Ichthyosaur Fossil Of 180 Million Years Old Revealed Surprising Details About This Jurassic Sea Monster


Researchers found an Ichthyosaur fossil of 180 million years old. The remnants were so well-preserved that they were still presenting parts of the skin and insulating blubber of this ancient, Jurassic sea monster. According to the study’s report issued in the journal Nature, the scientists found out that this Ichthyosaur was a warm-blooded “fish-lizard” and was living like dolphins.

The fact that this Jurassic sea monster, known as Stenopterygius Ichthyosaur, is a warm-blooded sea creature was indicated by the presence of the blubber layer which is also present in modern-day sea creatures and keeps them warm. More interestingly, according to the researchers, this Ichthyosaur shows characteristics of both a sea mammal and a reptile.

“They [Ichthyosaurs] looked kind of similar to dolphins, but the tail fin, it was vertical rather than horizontal. They were reptiles, while “dolphins, they are mammals like you and me. But Ichthyosaurs, they were reptiles,” said Johan Lindgren from the Lund University in Sweden.

Ichthyosaur Fossil Of 180 Million Years Old Revealed This Jurassic Sea Monster Was Warm-Blooded And Similar To Dolphins

“In most aspects, I would say that they were living like dolphins. They were really dark, almost blackish. I would imagine kind of dorsal skin, and some forms were deep divers that could venture down to perhaps several hundred meters and then go up again,” Lindgren added.

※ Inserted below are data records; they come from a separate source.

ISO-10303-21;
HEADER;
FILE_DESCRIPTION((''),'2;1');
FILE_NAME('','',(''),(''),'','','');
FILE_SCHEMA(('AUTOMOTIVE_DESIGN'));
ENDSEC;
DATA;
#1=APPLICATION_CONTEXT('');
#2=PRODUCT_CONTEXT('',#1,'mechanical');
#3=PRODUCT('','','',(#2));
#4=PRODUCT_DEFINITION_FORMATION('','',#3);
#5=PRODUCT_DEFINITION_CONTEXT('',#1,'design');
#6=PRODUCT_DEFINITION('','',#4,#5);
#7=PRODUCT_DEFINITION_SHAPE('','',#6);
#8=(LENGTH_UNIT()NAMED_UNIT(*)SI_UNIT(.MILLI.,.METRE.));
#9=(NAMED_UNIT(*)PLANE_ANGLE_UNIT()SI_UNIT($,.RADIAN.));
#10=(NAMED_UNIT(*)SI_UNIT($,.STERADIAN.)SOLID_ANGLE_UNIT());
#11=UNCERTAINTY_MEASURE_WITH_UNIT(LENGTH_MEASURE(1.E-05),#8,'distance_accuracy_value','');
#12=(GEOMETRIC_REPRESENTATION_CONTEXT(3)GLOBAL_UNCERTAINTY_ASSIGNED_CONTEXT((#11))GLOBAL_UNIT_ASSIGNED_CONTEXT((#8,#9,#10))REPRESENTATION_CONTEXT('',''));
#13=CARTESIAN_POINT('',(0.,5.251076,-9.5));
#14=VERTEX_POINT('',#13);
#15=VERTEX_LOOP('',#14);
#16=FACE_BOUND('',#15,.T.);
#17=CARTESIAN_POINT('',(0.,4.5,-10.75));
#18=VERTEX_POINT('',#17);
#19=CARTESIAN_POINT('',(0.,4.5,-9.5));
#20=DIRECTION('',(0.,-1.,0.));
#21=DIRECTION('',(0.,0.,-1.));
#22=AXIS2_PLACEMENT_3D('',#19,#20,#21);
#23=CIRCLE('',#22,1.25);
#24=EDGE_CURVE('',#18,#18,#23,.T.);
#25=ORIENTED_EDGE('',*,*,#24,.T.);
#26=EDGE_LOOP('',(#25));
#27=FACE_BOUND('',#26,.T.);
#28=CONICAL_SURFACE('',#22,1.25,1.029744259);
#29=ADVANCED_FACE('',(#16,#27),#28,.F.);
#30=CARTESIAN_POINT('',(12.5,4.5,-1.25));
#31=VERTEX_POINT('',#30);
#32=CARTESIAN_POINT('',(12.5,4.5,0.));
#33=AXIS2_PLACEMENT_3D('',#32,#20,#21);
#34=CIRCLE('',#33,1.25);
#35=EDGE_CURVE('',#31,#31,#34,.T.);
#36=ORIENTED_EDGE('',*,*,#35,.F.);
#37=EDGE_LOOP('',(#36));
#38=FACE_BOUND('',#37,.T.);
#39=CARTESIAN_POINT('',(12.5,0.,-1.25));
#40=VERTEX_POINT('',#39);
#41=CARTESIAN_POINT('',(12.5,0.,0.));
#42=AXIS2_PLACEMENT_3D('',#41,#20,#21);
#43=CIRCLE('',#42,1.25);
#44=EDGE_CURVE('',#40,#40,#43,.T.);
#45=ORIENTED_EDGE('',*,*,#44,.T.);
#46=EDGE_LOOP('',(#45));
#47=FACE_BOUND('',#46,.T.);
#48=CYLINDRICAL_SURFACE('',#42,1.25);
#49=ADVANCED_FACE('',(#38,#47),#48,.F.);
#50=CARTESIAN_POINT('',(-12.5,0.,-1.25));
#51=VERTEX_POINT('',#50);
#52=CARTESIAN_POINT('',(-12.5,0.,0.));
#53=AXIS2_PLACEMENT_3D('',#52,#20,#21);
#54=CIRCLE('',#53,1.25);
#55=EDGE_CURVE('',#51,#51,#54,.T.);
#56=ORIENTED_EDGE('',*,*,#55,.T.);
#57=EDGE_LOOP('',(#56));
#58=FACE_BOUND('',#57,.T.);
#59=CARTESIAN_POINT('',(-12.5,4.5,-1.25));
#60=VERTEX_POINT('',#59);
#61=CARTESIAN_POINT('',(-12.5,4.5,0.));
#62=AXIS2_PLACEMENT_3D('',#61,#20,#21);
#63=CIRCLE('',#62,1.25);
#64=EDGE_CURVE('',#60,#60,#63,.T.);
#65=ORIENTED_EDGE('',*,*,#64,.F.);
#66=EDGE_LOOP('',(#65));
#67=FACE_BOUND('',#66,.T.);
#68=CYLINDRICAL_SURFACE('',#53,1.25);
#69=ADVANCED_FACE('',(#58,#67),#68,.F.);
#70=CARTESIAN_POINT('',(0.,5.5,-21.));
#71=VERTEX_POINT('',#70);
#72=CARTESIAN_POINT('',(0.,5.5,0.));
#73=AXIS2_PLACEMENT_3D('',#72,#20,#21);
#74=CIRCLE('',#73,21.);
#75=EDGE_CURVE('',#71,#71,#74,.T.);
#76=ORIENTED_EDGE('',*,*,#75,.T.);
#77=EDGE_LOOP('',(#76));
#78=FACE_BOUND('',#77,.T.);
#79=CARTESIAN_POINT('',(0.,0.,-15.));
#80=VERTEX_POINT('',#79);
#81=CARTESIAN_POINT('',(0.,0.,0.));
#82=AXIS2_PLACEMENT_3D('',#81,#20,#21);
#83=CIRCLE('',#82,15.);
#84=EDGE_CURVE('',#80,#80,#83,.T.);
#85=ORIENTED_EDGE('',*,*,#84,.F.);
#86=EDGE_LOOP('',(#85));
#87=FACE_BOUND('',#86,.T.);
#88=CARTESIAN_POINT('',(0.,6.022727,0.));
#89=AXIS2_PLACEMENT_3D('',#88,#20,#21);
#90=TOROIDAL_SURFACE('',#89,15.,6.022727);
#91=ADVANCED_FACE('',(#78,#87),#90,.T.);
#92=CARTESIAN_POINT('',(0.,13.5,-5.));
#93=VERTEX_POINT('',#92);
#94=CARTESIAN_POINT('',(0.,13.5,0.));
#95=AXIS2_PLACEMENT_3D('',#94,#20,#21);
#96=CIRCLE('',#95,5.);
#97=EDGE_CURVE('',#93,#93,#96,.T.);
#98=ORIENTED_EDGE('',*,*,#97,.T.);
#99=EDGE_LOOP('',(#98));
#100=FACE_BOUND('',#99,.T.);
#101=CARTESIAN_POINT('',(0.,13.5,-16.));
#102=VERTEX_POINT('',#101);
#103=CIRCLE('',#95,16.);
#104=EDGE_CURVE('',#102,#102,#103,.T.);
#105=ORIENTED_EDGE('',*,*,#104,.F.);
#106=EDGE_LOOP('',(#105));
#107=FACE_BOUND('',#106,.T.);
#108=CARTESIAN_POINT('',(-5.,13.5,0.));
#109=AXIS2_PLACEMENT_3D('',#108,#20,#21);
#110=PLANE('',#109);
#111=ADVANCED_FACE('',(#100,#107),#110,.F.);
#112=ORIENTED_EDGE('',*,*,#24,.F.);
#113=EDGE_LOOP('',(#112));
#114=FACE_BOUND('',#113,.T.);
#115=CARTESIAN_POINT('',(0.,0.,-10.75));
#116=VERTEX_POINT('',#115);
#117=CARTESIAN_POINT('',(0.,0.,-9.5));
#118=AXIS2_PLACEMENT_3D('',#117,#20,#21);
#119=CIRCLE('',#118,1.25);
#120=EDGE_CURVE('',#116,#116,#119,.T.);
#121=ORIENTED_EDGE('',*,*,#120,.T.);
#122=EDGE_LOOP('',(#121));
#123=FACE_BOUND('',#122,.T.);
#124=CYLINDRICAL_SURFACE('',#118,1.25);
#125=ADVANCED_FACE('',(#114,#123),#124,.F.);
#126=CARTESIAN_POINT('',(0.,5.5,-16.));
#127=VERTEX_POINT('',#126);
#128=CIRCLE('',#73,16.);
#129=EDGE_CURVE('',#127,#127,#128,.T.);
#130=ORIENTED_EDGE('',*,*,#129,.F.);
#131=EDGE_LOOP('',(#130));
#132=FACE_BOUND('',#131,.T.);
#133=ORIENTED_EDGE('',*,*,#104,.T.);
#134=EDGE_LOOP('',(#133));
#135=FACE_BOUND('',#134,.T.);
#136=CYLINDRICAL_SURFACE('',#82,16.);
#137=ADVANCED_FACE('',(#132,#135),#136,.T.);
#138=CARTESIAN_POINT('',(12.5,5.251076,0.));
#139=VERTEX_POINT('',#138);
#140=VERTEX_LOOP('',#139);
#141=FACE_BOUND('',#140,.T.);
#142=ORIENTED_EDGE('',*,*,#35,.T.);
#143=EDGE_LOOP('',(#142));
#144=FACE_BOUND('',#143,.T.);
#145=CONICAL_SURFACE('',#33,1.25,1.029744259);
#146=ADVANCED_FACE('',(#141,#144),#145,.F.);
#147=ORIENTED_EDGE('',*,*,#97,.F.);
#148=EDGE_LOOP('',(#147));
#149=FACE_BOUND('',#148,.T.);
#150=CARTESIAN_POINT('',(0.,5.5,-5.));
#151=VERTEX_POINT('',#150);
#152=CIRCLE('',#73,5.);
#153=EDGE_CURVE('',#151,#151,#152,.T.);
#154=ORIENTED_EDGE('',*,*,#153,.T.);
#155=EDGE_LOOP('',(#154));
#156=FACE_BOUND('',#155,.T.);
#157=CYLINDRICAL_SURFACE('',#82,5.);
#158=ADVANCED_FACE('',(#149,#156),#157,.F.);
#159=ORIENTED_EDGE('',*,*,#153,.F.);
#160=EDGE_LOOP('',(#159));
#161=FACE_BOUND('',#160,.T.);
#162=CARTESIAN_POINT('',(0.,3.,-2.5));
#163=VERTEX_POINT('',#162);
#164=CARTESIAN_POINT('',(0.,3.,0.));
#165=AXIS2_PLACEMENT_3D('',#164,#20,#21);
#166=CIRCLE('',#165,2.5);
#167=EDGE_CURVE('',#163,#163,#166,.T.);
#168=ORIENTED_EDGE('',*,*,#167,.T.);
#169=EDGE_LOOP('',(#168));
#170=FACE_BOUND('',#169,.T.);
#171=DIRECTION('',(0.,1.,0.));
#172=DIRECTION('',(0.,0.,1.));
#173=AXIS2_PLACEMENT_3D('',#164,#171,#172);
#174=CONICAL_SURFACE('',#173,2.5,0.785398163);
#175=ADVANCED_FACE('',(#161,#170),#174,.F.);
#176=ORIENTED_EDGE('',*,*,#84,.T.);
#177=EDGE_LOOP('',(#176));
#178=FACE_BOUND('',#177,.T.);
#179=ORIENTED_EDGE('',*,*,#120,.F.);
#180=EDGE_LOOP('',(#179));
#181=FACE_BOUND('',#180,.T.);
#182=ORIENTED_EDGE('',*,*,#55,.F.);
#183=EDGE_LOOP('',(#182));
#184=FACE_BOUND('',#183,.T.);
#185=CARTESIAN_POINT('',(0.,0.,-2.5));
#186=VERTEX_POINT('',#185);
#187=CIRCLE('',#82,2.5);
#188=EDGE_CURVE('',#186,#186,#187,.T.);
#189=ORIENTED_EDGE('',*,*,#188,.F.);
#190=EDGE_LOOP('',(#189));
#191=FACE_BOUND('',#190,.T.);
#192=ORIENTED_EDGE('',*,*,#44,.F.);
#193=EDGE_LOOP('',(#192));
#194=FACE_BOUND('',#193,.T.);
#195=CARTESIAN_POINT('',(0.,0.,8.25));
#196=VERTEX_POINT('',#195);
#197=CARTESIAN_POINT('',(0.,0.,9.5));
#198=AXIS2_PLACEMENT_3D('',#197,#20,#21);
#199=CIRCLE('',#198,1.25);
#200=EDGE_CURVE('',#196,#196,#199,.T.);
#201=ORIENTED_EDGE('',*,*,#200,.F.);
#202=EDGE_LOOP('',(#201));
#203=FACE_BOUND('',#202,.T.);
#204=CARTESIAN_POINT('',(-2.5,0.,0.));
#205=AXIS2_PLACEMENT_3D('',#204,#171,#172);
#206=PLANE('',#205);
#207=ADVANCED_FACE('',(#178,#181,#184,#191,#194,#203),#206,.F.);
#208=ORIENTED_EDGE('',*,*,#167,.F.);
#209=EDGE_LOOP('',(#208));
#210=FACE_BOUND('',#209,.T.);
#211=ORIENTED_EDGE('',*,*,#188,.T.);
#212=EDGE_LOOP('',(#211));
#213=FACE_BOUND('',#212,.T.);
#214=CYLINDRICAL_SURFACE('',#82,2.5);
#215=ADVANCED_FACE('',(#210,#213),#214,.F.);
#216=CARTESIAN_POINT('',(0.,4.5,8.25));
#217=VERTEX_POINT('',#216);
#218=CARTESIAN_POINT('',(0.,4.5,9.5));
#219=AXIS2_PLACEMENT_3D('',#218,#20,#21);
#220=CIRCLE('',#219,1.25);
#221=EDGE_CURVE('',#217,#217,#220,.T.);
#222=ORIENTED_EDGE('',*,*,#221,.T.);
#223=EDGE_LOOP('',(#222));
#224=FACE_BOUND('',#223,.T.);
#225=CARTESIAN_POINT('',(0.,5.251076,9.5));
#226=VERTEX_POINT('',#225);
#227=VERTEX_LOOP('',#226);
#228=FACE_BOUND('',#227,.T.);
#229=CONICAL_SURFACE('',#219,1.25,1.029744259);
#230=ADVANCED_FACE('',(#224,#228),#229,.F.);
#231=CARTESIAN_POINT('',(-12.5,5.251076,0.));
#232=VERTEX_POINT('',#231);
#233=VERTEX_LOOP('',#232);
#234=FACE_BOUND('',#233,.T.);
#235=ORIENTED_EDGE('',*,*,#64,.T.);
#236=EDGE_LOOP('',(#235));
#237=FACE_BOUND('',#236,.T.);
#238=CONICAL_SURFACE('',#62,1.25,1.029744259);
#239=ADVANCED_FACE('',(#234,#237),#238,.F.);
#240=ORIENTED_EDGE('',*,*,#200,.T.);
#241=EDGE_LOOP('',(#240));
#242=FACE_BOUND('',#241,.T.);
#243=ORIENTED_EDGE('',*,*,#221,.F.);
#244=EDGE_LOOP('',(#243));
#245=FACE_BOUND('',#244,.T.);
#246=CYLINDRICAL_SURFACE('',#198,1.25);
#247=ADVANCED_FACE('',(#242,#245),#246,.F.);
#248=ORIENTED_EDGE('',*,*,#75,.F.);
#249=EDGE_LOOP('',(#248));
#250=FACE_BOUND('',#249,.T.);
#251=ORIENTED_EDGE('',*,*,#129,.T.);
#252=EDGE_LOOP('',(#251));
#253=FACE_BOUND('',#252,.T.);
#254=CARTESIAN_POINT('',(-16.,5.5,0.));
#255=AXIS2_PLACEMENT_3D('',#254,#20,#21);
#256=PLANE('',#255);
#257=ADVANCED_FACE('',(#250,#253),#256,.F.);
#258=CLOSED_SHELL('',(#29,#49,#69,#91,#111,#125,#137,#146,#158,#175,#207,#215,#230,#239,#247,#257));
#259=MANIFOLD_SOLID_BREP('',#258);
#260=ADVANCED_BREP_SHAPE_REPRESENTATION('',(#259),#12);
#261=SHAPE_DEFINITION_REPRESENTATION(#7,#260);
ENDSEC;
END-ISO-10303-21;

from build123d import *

# Parameters (mm, degrees)
M3X0_5_TAPPED_HOLE1_D     = 2.5
M3X0_5_TAPPED_HOLE1_DEPTH = 4.5
M3X0_5_TAPPED_HOLE1_TIP   = 0.751075774


with BuildPart() as part:
    # Sketch1 → Revolve1 (revolve)
    with BuildSketch(Plane.XY, mode=Mode.PRIVATE) as revolve1_sk:
        with BuildLine():
            Line((-2.5, 0), (-15, 0))
            ThreePointArc((-15, 0), (-19.069705149, 1.583048928), (-21, 5.5))
            Line((-21, 5.5), (-16, 5.5))
            Line((-16, 5.5), (-16, 13.5))
            Line((-16, 13.5), (-5, 13.5))
            Line((-5, 13.5), (-5, 5.5))
            Line((-5, 5.5), (-2.5, 3))
            Line((-2.5, 3), (-2.5, 0))
        make_face()
    revolve(revolve1_sk.sketch.rotate(Axis((0, 0, 0), (0, 1, 0)), 270), axis=Axis((0, 0, 0), (0, 1, 0)))

    # M3x0.5 Tapped Hole1
    with Locations(Plane(origin=(0, 0, 0), x_dir=(-1, 0, 0), z_dir=(0, -1, 0))):
        with Locations((12.5, 0), (0, 9.5), (-12.5, 0), (0, -9.5)):
            Hole(M3X0_5_TAPPED_HOLE1_D / 2, depth=M3X0_5_TAPPED_HOLE1_DEPTH)
            with Locations((0, 0, -(M3X0_5_TAPPED_HOLE1_DEPTH + M3X0_5_TAPPED_HOLE1_TIP / 2))):  # 118° drill point
                Cone(0, M3X0_5_TAPPED_HOLE1_D / 2, M3X0_5_TAPPED_HOLE1_TIP, mode=Mode.SUBTRACT)


solid = part.part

The scientists revealed, thanks to the opportunity to study an Ichthyosaur fossil of 180 million years old, that this Jurassic sea monster was warm-blooded and very similar to dolphins as regarding behavior and looks, to some extents, but, in the end, it’s still a reptile. Besides, the scientists think that by studying ancient animals they can estimate how modern-day creatures can adapt to environmental changes.

“We cannot possibly predict the future of our planet without understanding the past. That is where all the data lie. Understanding how animals functioned in their past environments sheds light on how they might adapt to our own changing planet,” said Mary Schweitzer from the North Carolina State University.